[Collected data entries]

::::::::

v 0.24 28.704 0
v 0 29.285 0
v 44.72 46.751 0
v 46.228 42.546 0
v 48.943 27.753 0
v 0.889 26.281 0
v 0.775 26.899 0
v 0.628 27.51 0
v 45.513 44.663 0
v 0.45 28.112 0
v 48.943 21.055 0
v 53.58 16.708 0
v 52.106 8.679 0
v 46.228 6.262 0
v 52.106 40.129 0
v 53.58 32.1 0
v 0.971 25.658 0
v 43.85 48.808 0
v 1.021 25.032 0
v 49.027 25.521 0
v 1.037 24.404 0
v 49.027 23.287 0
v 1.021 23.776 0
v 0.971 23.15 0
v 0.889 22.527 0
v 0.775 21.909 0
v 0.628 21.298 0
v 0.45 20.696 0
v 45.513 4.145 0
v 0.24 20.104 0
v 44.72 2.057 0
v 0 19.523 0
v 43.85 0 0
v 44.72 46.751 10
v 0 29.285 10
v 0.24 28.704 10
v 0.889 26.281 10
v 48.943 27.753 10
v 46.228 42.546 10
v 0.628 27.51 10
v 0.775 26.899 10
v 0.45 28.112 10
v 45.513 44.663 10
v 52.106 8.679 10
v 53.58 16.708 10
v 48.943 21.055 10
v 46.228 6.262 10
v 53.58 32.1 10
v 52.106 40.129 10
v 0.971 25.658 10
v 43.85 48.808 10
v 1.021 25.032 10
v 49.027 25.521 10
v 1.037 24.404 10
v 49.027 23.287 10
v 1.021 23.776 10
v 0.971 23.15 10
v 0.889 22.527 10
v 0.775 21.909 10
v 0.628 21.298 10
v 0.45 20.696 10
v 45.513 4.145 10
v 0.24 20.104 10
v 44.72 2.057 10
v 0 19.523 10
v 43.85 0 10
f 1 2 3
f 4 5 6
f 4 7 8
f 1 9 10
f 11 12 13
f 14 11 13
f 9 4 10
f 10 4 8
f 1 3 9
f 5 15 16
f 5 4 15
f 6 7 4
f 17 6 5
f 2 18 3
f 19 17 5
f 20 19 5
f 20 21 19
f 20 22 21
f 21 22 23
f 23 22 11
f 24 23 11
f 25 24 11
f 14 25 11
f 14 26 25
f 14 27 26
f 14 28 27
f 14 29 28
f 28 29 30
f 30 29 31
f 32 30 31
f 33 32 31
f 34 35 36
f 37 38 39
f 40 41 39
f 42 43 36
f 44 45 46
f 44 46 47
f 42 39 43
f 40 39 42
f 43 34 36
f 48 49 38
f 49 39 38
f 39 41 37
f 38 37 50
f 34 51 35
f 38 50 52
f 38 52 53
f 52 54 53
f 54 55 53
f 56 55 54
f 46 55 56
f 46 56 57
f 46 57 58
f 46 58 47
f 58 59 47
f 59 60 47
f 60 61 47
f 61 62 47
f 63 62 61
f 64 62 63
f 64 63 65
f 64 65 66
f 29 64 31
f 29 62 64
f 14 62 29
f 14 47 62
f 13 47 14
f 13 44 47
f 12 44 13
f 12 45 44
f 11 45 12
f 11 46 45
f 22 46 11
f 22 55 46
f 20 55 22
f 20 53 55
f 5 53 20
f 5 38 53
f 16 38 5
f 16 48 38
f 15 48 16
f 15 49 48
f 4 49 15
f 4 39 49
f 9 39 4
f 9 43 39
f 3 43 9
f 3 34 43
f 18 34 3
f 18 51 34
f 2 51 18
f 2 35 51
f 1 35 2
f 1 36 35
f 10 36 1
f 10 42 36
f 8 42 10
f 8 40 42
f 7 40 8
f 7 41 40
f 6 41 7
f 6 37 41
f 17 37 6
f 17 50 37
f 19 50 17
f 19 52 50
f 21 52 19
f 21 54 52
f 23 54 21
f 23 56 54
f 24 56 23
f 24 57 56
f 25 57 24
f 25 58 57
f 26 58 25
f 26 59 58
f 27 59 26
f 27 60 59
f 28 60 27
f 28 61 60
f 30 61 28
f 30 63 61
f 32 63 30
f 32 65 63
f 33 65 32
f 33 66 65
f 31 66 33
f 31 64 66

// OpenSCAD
$fn = 32;

// ----------------------------------------------------------------------
// Gear sector: 2 teeth on 48 degrees
// ----------------------------------------------------------------------

// --- parameters (mm) ---
sector_angle = 48;        // sector angle, degrees
root_r = 60;              // root circle radius
tooth_h = 5;              // tooth height over the root circle
teeth = 2;                // number of teeth on the sector
hub_r = 12;               // hub bore radius
plate_t = 10;             // sector thickness, Z
arc_step = 3;             // sampling step of the root/hub arcs, degrees

tip_r = root_r + tooth_h;  // tip circle radius

profile = [[43.85, 0], [44.72, 2.057], [45.513, 4.145], [46.228, 6.262], [52.106, 8.679], [53.58, 16.708], [48.943, 21.055], [49.027, 23.287], [49.027, 25.521], [48.943, 27.753], [53.58, 32.1], [52.106, 40.129], [46.228, 42.546], [45.513, 44.663], [44.72, 46.751], [43.85, 48.808], [0, 29.285], [0.24, 28.704], [0.45, 28.112], [0.628, 27.51], [0.775, 26.899], [0.889, 26.281], [0.971, 25.658], [1.021, 25.032], [1.037, 24.404], [1.021, 23.776], [0.971, 23.15], [0.889, 22.527], [0.775, 21.909], [0.628, 21.298], [0.45, 20.696], [0.24, 20.104], [0, 19.523]];  // primary outline, 33 points, counter clockwise

// --- the one profile operation ---
linear_extrude(height = plate_t) polygon(points = profile);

::::::::

**Work task**
Output each line of the records above exactly.

**Your solution**
v 0.24 28.704 0
v 0 29.285 0
v 44.72 46.751 0
v 46.228 42.546 0
v 48.943 27.753 0
v 0.889 26.281 0
v 0.775 26.899 0
v 0.628 27.51 0
v 45.513 44.663 0
v 0.45 28.112 0
v 48.943 21.055 0
v 53.58 16.708 0
v 52.106 8.679 0
v 46.228 6.262 0
v 52.106 40.129 0
v 53.58 32.1 0
v 0.971 25.658 0
v 43.85 48.808 0
v 1.021 25.032 0
v 49.027 25.521 0
v 1.037 24.404 0
v 49.027 23.287 0
v 1.021 23.776 0
v 0.971 23.15 0
v 0.889 22.527 0
v 0.775 21.909 0
v 0.628 21.298 0
v 0.45 20.696 0
v 45.513 4.145 0
v 0.24 20.104 0
v 44.72 2.057 0
v 0 19.523 0
v 43.85 0 0
v 44.72 46.751 10
v 0 29.285 10
v 0.24 28.704 10
v 0.889 26.281 10
v 48.943 27.753 10
v 46.228 42.546 10
v 0.628 27.51 10
v 0.775 26.899 10
v 0.45 28.112 10
v 45.513 44.663 10
v 52.106 8.679 10
v 53.58 16.708 10
v 48.943 21.055 10
v 46.228 6.262 10
v 53.58 32.1 10
v 52.106 40.129 10
v 0.971 25.658 10
v 43.85 48.808 10
v 1.021 25.032 10
v 49.027 25.521 10
v 1.037 24.404 10
v 49.027 23.287 10
v 1.021 23.776 10
v 0.971 23.15 10
v 0.889 22.527 10
v 0.775 21.909 10
v 0.628 21.298 10
v 0.45 20.696 10
v 45.513 4.145 10
v 0.24 20.104 10
v 44.72 2.057 10
v 0 19.523 10
v 43.85 0 10
f 1 2 3
f 4 5 6
f 4 7 8
f 1 9 10
f 11 12 13
f 14 11 13
f 9 4 10
f 10 4 8
f 1 3 9
f 5 15 16
f 5 4 15
f 6 7 4
f 17 6 5
f 2 18 3
f 19 17 5
f 20 19 5
f 20 21 19
f 20 22 21
f 21 22 23
f 23 22 11
f 24 23 11
f 25 24 11
f 14 25 11
f 14 26 25
f 14 27 26
f 14 28 27
f 14 29 28
f 28 29 30
f 30 29 31
f 32 30 31
f 33 32 31
f 34 35 36
f 37 38 39
f 40 41 39
f 42 43 36
f 44 45 46
f 44 46 47
f 42 39 43
f 40 39 42
f 43 34 36
f 48 49 38
f 49 39 38
f 39 41 37
f 38 37 50
f 34 51 35
f 38 50 52
f 38 52 53
f 52 54 53
f 54 55 53
f 56 55 54
f 46 55 56
f 46 56 57
f 46 57 58
f 46 58 47
f 58 59 47
f 59 60 47
f 60 61 47
f 61 62 47
f 63 62 61
f 64 62 63
f 64 63 65
f 64 65 66
f 29 64 31
f 29 62 64
f 14 62 29
f 14 47 62
f 13 47 14
f 13 44 47
f 12 44 13
f 12 45 44
f 11 45 12
f 11 46 45
f 22 46 11
f 22 55 46
f 20 55 22
f 20 53 55
f 5 53 20
f 5 38 53
f 16 38 5
f 16 48 38
f 15 48 16
f 15 49 48
f 4 49 15
f 4 39 49
f 9 39 4
f 9 43 39
f 3 43 9
f 3 34 43
f 18 34 3
f 18 51 34
f 2 51 18
f 2 35 51
f 1 35 2
f 1 36 35
f 10 36 1
f 10 42 36
f 8 42 10
f 8 40 42
f 7 40 8
f 7 41 40
f 6 41 7
f 6 37 41
f 17 37 6
f 17 50 37
f 19 50 17
f 19 52 50
f 21 52 19
f 21 54 52
f 23 54 21
f 23 56 54
f 24 56 23
f 24 57 56
f 25 57 24
f 25 58 57
f 26 58 25
f 26 59 58
f 27 59 26
f 27 60 59
f 28 60 27
f 28 61 60
f 30 61 28
f 30 63 61
f 32 63 30
f 32 65 63
f 33 65 32
f 33 66 65
f 31 66 33
f 31 64 66

// OpenSCAD
$fn = 32;

// ----------------------------------------------------------------------
// Gear sector: 2 teeth on 48 degrees
// ----------------------------------------------------------------------

// --- parameters (mm) ---
sector_angle = 48;        // sector angle, degrees
root_r = 60;              // root circle radius
tooth_h = 5;              // tooth height over the root circle
teeth = 2;                // number of teeth on the sector
hub_r = 12;               // hub bore radius
plate_t = 10;             // sector thickness, Z
arc_step = 3;             // sampling step of the root/hub arcs, degrees

tip_r = root_r + tooth_h;  // tip circle radius

profile = [[43.85, 0], [44.72, 2.057], [45.513, 4.145], [46.228, 6.262], [52.106, 8.679], [53.58, 16.708], [48.943, 21.055], [49.027, 23.287], [49.027, 25.521], [48.943, 27.753], [53.58, 32.1], [52.106, 40.129], [46.228, 42.546], [45.513, 44.663], [44.72, 46.751], [43.85, 48.808], [0, 29.285], [0.24, 28.704], [0.45, 28.112], [0.628, 27.51], [0.775, 26.899], [0.889, 26.281], [0.971, 25.658], [1.021, 25.032], [1.037, 24.404], [1.021, 23.776], [0.971, 23.15], [0.889, 22.527], [0.775, 21.909], [0.628, 21.298], [0.45, 20.696], [0.24, 20.104], [0, 19.523]];  // primary outline, 33 points, counter clockwise

// --- the one profile operation ---
linear_extrude(height = plate_t) polygon(points = profile);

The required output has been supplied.